Mr. Samuelson keeps World War II memorabilia most places in the house, in the living room among his dozen or so clocks, in the garage where he painted the Memphis Belle on a far wall. Mr. Samuelson interviewed the famed B-17’s pilot, Bob Morgan, for the State Archives in 1999. He keeps all his interview tapes in a dresser in the guest room.

Mr. Samuelson isn’t a professional historian but he’s more than an amateur. His interviews aren’t overtly emotional but that doesn’t undercut the heart. There is humanity and awe in Mr. Samuelson’s knowledge, sincerity and the breadth and depth of his questions: “What did you think of your superior officers?” “What did you eat?” “What did you talk about with the guys?” “What was it like on the troop train?” “Was anything funny?” “Were you scared?”
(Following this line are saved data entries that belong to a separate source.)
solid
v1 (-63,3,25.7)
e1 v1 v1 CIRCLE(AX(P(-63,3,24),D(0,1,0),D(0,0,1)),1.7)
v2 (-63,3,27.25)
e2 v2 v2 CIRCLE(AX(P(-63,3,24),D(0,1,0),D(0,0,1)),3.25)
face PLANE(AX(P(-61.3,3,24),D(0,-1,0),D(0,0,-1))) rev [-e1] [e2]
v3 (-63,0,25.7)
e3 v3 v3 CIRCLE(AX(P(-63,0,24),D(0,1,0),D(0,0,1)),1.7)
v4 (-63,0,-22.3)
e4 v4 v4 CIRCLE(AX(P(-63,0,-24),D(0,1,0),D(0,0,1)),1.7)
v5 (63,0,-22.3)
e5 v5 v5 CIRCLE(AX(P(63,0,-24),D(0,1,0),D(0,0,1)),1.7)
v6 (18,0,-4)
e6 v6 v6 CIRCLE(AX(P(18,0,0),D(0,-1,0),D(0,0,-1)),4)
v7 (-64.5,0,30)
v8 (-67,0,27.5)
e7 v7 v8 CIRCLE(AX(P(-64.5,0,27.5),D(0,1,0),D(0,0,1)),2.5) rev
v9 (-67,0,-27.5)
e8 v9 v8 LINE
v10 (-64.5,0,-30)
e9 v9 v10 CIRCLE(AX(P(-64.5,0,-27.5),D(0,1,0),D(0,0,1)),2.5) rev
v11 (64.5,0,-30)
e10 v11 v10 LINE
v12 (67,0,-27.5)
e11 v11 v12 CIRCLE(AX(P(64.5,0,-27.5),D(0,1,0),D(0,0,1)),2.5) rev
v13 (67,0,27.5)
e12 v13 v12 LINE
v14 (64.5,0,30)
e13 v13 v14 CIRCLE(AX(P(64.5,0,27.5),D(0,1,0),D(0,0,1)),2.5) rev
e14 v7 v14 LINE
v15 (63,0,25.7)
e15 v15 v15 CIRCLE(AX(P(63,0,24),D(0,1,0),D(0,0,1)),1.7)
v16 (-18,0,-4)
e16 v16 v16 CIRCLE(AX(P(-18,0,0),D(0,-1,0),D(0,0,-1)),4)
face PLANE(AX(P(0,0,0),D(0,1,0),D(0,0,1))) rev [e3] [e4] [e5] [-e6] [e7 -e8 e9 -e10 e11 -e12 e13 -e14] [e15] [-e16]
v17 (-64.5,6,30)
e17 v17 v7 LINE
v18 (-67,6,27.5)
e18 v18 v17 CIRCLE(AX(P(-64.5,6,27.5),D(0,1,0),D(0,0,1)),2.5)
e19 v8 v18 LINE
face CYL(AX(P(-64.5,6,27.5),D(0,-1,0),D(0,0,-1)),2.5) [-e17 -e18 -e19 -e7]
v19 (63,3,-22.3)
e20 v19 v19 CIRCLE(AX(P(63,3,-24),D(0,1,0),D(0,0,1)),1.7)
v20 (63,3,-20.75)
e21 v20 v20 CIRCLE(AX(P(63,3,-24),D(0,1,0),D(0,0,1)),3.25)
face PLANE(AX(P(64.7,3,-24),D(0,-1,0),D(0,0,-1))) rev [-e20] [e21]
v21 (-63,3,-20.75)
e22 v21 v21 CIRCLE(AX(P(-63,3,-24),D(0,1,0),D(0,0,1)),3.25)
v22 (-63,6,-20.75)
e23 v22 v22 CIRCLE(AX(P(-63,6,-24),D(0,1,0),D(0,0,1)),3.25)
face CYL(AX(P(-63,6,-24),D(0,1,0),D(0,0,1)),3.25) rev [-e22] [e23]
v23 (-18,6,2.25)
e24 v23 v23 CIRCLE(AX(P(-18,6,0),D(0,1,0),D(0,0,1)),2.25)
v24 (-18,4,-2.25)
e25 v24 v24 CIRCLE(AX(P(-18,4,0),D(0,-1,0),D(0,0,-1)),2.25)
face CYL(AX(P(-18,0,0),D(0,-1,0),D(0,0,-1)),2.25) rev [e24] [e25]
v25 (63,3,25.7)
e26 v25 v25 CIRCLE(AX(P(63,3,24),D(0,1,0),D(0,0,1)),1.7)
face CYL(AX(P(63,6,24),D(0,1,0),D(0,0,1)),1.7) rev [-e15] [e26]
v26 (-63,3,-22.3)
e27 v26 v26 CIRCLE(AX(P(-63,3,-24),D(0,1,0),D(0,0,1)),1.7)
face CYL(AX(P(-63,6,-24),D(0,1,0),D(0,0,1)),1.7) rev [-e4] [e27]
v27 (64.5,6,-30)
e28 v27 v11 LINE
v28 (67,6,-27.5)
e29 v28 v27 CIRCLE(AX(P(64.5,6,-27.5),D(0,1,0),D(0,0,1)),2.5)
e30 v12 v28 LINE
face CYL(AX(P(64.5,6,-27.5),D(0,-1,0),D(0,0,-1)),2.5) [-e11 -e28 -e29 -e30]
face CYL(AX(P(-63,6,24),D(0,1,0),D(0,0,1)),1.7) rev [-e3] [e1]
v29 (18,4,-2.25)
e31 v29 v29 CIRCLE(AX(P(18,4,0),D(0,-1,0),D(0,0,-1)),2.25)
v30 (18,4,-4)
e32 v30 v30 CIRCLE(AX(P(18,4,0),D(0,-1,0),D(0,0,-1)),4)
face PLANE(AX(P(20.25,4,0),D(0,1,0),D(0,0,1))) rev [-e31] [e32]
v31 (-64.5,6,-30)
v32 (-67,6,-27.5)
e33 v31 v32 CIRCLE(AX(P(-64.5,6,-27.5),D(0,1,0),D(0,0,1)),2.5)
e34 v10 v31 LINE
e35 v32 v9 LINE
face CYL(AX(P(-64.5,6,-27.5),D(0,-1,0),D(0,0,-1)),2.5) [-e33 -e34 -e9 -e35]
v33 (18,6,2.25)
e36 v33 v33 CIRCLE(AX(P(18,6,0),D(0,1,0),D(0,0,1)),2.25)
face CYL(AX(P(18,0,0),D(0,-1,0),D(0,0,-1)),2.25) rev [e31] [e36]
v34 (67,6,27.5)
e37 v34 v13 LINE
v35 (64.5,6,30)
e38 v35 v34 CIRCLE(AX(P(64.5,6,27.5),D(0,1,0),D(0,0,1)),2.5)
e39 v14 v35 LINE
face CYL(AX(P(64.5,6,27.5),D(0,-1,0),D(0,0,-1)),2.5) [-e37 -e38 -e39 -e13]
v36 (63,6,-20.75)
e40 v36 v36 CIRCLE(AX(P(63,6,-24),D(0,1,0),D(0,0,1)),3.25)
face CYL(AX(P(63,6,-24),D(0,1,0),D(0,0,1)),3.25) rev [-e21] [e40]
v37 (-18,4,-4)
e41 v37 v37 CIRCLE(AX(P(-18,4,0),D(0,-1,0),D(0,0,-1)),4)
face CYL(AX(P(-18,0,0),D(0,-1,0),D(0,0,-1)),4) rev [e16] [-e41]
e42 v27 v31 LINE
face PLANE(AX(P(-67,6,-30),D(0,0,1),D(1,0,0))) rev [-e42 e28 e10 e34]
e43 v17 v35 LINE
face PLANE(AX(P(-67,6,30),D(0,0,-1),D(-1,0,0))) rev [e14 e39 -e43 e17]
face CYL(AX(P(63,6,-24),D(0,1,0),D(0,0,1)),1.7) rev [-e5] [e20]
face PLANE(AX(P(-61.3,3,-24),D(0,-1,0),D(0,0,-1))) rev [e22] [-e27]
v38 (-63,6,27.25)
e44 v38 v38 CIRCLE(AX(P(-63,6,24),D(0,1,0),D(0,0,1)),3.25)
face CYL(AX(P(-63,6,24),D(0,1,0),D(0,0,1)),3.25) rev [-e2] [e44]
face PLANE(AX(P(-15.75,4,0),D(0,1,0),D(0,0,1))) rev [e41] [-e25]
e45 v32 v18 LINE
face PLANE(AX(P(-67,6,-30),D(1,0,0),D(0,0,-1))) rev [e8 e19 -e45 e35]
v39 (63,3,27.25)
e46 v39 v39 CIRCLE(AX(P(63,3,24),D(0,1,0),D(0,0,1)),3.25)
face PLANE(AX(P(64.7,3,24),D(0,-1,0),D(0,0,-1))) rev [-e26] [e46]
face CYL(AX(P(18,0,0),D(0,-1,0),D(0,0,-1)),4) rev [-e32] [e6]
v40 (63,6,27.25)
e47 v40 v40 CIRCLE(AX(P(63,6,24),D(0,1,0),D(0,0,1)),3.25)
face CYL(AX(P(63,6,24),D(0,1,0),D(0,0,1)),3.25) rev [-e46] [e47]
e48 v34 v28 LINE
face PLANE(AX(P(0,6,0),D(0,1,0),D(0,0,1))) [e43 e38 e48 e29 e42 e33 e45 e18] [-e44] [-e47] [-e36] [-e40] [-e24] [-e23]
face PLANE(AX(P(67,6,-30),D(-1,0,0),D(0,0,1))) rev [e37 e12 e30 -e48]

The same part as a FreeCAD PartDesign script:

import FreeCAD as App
import Part
import Sketcher
from FreeCAD import Vector
Q = App.Units.Quantity


def edges_at(feature, points):
    """Names of the edges that pass closest to the given points."""
    edges = feature.Shape.Edges
    near = lambda p: min(range(len(edges)), key=lambda i: edges[i].distToShape(Part.Vertex(*p))[0])
    return sorted({f"Edge{near(p) + 1}" for p in points})

doc = App.newDocument("Part")
body = doc.addObject("PartDesign::Body", "Body")

sketch1 = body.newObject("Sketcher::SketchObject", "Sketch")
sketch1.AttachmentSupport = (doc.getObject("XZ_Plane"), [""])
sketch1.MapMode = "FlatFace"
sketch1.addGeometry(Part.LineSegment(Vector(-67, -30, 0), Vector(-67, 30, 0)), False)
sketch1.addGeometry(Part.LineSegment(Vector(-67, 30, 0), Vector(67, 30, 0)), False)
sketch1.addGeometry(Part.LineSegment(Vector(67, 30, 0), Vector(67, -30, 0)), False)
sketch1.addGeometry(Part.LineSegment(Vector(67, -30, 0), Vector(-67, -30, 0)), False)
sketch1.addConstraint(Sketcher.Constraint("Coincident", 0, 2, 1, 1))
sketch1.addConstraint(Sketcher.Constraint("Coincident", 1, 2, 2, 1))
sketch1.addConstraint(Sketcher.Constraint("Coincident", 2, 2, 3, 1))
sketch1.addConstraint(Sketcher.Constraint("Coincident", 3, 2, 0, 1))
sketch1.addConstraint(Sketcher.Constraint("Vertical", 0))
sketch1.addConstraint(Sketcher.Constraint("Horizontal", 1))
sketch1.addConstraint(Sketcher.Constraint("Vertical", 2))
sketch1.addConstraint(Sketcher.Constraint("Horizontal", 3))
sketch1.addConstraint(Sketcher.Constraint("Symmetric", 0, 2, 2, 2, -1, 1))
sketch1.addConstraint(Sketcher.Constraint("DistanceX", 1, 1, 1, 2, Q("134 mm")))
sketch1.addConstraint(Sketcher.Constraint("DistanceY", 0, 1, 0, 2, Q("60 mm")))
pad1 = body.newObject("PartDesign::Pad", "Pad")
pad1.Profile = sketch1
pad1.Length = 6
pad1.Reversed = True

sketch2 = body.newObject("Sketcher::SketchObject", "Sketch001")
sketch2.AttachmentSupport = (doc.getObject("XZ_Plane"), [""])
sketch2.MapMode = "FlatFace"
sketch2.AttachmentOffset = App.Placement(Vector(0, 0, -6), App.Rotation())
sketch2.addGeometry(Part.Circle(Vector(-63, -24, 0), Vector(0, 0, 1), 1.7), False)
sketch2.addGeometry(Part.Circle(Vector(-63, 24, 0), Vector(0, 0, 1), 1.7), False)
sketch2.addGeometry(Part.Circle(Vector(63, 24, 0), Vector(0, 0, 1), 1.7), False)
sketch2.addGeometry(Part.Circle(Vector(63, -24, 0), Vector(0, 0, 1), 1.7), False)
sketch2.addConstraint(Sketcher.Constraint("Equal", 0, 1))
sketch2.addConstraint(Sketcher.Constraint("Equal", 1, 2))
sketch2.addConstraint(Sketcher.Constraint("Equal", 2, 3))
sketch2.addConstraint(Sketcher.Constraint("Symmetric", 0, 3, 2, 3, -1, 1))
sketch2.addConstraint(Sketcher.Constraint("Symmetric", 1, 3, 3, 3, -1, 1))
sketch2.addConstraint(Sketcher.Constraint("Symmetric", 1, 3, 2, 3, -2))
sketch2.addConstraint(Sketcher.Constraint("Diameter", 0, Q("3.4 mm")))
sketch2.addConstraint(Sketcher.Constraint("DistanceX", 0, 3, -1, 1, Q("63 mm")))
sketch2.addConstraint(Sketcher.Constraint("DistanceY", 0, 3, -1, 1, Q("24 mm")))
doc.recompute()
hole = body.newObject("PartDesign::Hole", "Hole")
hole.Profile = sketch2
hole.ThreadType = "None"
hole.Diameter = 3.4
hole.DepthType = "Dimension"
hole.Depth = 17.38
hole.DrillPoint = "Angled"
hole.DrillPointAngle = 118
hole.HoleCutType = "Counterbore"
hole.HoleCutDiameter = 6.5
hole.HoleCutDepth = 3
hole.Reversed = True
doc.recompute()

fillet = body.newObject("PartDesign::Fillet", "Fillet")
fillet.Base = (hole, edges_at(hole, [
    (67, 3, 30),
    (-67, 3, 30),
    (-67, 3, -30),
    (67, 3, -30),
]))
fillet.Radius = 2.5

sketch3 = body.newObject("Sketcher::SketchObject", "Sketch002")
sketch3.AttachmentSupport = (doc.getObject("XZ_Plane"), [""])
sketch3.MapMode = "FlatFace"
sketch3.addGeometry(Part.Circle(Vector(-18, 0, 0), Vector(0, 0, 1), 2.25), False)
sketch3.addGeometry(Part.Circle(Vector(18, 0, 0), Vector(0, 0, 1), 2.25), False)
sketch3.addConstraint(Sketcher.Constraint("Equal", 0, 1))
sketch3.addConstraint(Sketcher.Constraint("Symmetric", 0, 3, 1, 3, -1, 1))
sketch3.addConstraint(Sketcher.Constraint("PointOnObject", 0, 3, -1))
sketch3.addConstraint(Sketcher.Constraint("Diameter", 0, Q("4.5 mm")))
sketch3.addConstraint(Sketcher.Constraint("DistanceX", 0, 3, -1, 1, Q("18 mm")))
doc.recompute()
hole2 = body.newObject("PartDesign::Hole", "Hole001")
hole2.Profile = sketch3
hole2.ThreadType = "None"
hole2.Diameter = 4.5
hole2.DepthType = "Dimension"
hole2.Depth = 12
hole2.DrillPoint = "Angled"
hole2.DrillPointAngle = 118
hole2.HoleCutType = "Counterbore"
hole2.HoleCutDiameter = 8
hole2.HoleCutDepth = 4

doc.recompute()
He establishes trust. He listens. He never pushes for more when someone can’t or won’t give it. He affirms service and action and pain.

“I could take what they’re telling me and kind of internalize it,” Mr. Samuelson says. “So I became, in a way, a part of their story because it’s like talking to your best friend. That’s the way I tried to approach every interview I had.”

Veterans are altruistic people, says Maria Llorente, a psychiatrist who has worked with more than 1,000 geriatric veterans during a 21-year career at the U.S. Department of Veterans Affairs. Veterans, she says, don’t want to shovel their burdens on other people, not on their friends, not their spouses, not on their children. Sue Meredith and Maggie Blum knew that about their late father. He never wanted to talk about what happened, until Mr. Samuelson asked. 

“I’m sure it was Ken,” Ms. Blum says.